Work request
Take the lines below from the first through the one that contains "face PLANE(AX(P(29.464,0,0),D(1,0,0),D(0,0,-1))) [e39" and copy them exactly.

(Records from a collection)
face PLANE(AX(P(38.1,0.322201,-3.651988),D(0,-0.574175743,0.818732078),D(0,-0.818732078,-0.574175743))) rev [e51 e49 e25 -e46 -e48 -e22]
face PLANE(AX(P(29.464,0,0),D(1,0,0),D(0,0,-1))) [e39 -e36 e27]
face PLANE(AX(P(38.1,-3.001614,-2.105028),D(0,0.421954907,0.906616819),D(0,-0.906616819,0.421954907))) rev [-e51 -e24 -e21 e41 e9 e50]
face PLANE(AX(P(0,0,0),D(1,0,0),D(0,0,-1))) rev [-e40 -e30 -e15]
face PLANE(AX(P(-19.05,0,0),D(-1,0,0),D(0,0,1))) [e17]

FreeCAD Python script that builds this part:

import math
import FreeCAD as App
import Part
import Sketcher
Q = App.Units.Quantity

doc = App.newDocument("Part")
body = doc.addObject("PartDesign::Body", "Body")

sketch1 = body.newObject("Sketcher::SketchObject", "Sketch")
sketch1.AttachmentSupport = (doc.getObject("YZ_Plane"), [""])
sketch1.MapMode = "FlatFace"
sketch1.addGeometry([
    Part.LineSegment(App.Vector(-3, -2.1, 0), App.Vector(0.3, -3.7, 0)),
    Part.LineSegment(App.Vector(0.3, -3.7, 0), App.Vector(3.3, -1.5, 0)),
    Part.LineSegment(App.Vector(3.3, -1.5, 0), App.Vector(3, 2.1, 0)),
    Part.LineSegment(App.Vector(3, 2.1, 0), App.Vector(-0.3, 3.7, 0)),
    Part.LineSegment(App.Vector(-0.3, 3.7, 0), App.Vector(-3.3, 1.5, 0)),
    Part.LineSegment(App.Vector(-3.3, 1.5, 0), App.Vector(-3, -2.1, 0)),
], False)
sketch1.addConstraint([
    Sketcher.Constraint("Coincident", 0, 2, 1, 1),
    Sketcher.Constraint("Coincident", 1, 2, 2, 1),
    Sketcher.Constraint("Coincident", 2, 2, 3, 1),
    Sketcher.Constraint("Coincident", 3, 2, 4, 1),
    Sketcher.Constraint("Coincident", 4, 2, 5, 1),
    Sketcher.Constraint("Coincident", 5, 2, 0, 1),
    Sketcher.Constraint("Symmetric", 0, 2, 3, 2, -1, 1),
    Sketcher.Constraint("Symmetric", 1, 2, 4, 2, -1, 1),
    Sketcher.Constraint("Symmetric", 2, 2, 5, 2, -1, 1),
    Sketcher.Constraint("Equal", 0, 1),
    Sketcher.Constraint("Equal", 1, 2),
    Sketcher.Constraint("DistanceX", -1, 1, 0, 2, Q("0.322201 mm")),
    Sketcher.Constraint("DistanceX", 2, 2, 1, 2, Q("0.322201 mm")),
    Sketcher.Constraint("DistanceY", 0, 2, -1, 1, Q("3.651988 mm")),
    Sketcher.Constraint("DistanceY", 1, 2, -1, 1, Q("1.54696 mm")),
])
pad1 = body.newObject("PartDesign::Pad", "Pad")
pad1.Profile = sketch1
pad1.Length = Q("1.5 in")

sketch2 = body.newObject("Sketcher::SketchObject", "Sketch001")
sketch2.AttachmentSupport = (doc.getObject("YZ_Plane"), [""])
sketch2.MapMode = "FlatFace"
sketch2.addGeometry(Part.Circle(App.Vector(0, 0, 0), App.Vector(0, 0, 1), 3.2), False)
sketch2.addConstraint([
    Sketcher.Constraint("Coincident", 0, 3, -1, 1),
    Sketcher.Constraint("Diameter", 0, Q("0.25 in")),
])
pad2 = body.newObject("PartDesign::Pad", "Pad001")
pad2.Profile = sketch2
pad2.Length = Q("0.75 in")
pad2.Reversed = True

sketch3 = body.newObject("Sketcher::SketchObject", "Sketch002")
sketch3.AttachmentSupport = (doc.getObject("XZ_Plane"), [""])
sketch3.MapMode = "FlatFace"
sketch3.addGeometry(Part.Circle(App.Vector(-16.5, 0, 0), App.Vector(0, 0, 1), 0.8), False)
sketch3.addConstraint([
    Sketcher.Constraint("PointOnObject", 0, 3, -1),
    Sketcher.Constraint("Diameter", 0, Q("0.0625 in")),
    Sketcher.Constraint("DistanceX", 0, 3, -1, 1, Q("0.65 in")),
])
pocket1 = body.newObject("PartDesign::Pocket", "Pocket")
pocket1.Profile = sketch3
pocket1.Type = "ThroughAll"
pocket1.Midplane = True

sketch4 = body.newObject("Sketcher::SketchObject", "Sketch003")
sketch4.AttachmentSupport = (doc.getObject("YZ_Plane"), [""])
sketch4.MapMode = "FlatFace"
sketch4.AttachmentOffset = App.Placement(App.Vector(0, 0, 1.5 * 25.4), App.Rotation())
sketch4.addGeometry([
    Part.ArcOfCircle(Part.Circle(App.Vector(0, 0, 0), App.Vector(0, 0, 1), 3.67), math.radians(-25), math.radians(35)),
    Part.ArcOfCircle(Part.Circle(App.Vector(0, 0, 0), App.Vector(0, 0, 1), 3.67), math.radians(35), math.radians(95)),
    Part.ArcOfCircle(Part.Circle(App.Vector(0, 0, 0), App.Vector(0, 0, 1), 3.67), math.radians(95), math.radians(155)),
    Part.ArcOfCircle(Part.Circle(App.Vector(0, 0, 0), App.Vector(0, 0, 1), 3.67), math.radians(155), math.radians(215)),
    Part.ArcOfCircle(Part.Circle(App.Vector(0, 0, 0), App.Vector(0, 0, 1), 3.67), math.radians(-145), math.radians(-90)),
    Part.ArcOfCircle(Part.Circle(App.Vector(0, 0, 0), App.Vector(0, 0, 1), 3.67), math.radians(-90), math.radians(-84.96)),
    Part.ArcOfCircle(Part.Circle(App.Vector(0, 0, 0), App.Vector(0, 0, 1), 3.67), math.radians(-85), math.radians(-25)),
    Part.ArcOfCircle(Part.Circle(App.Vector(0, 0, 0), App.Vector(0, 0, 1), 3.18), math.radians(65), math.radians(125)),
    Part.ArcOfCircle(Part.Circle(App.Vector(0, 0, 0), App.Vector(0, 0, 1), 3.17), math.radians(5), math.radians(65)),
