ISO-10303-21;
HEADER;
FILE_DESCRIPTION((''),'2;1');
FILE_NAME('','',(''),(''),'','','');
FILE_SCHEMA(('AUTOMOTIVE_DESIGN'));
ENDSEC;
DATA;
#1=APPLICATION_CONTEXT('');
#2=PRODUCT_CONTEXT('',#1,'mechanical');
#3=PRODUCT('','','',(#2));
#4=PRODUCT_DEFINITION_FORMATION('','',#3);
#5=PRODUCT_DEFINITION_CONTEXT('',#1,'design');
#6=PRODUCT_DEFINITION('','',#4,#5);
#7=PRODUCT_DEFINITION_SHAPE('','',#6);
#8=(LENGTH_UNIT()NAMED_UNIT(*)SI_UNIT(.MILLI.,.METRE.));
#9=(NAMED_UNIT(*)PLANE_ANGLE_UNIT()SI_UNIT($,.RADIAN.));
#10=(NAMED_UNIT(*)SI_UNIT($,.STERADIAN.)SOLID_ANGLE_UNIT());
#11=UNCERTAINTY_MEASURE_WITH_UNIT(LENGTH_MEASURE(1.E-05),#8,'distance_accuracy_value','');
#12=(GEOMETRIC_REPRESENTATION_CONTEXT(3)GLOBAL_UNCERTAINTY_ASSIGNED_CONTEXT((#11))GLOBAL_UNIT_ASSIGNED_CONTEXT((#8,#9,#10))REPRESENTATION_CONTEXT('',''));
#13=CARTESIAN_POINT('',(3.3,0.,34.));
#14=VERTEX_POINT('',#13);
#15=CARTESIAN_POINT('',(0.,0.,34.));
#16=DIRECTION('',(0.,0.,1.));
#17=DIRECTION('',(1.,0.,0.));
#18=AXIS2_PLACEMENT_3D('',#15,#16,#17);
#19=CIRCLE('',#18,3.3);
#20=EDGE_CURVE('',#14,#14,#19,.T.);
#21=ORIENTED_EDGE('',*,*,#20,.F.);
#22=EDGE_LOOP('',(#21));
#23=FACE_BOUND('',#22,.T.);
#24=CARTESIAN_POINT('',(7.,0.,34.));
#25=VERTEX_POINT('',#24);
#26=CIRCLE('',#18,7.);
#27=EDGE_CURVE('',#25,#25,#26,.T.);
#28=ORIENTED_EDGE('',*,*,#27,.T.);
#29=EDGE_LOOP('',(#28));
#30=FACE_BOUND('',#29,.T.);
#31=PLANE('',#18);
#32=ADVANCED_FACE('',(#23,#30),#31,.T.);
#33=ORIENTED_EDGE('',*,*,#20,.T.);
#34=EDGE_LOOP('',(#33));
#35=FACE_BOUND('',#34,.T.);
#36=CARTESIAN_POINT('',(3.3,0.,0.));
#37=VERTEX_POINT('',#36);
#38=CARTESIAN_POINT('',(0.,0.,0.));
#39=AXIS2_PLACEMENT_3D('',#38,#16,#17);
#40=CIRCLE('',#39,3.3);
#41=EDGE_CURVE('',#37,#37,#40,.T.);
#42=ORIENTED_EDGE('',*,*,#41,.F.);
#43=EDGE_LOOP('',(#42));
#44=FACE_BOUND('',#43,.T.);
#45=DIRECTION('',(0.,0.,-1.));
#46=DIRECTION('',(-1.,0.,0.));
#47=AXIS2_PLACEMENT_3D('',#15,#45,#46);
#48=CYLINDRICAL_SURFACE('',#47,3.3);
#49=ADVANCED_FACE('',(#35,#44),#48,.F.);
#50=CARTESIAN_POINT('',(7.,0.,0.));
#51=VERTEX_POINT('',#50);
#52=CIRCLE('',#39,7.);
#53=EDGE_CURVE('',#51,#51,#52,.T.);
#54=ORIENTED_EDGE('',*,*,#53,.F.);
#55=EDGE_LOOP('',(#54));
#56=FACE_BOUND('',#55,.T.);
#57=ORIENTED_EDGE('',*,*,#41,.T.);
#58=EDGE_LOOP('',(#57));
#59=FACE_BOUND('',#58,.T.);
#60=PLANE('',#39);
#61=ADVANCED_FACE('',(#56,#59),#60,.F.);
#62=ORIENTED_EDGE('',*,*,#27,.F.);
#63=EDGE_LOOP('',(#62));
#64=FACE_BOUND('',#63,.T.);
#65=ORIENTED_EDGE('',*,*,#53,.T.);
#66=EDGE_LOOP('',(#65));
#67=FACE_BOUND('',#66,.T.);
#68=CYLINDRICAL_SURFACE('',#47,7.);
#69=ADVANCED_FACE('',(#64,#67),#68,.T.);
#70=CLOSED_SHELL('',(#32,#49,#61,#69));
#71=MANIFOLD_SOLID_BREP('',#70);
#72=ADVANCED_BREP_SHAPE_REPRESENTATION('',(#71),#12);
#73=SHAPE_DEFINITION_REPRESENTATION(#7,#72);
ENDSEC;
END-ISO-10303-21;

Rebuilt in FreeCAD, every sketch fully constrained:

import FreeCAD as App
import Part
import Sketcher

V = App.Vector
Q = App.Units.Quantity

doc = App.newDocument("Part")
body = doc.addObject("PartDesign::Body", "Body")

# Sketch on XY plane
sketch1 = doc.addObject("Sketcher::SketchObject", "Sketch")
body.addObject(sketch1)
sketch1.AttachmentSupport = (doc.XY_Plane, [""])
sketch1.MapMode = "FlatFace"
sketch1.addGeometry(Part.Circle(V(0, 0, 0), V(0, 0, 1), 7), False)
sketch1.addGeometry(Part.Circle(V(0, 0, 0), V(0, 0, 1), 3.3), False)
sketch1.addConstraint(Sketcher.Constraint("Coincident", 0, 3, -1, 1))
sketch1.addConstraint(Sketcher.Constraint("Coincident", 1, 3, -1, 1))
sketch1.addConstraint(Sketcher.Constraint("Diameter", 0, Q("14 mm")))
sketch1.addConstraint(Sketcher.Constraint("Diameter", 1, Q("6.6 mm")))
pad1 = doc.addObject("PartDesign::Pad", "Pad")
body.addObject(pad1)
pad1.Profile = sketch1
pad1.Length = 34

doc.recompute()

Expected answer
face PLANE(AX(P(38.1,0.322201,-3.651988),D(0,-0.574175743,0.818732078),D(0,-0.818732078,-0.574175743))) rev [e51 e49 e25 -e46 -e48 -e22]
face PLANE(AX(P(29.464,0,0),D(1,0,0),D(0,0,-1))) [e39 -e36 e27]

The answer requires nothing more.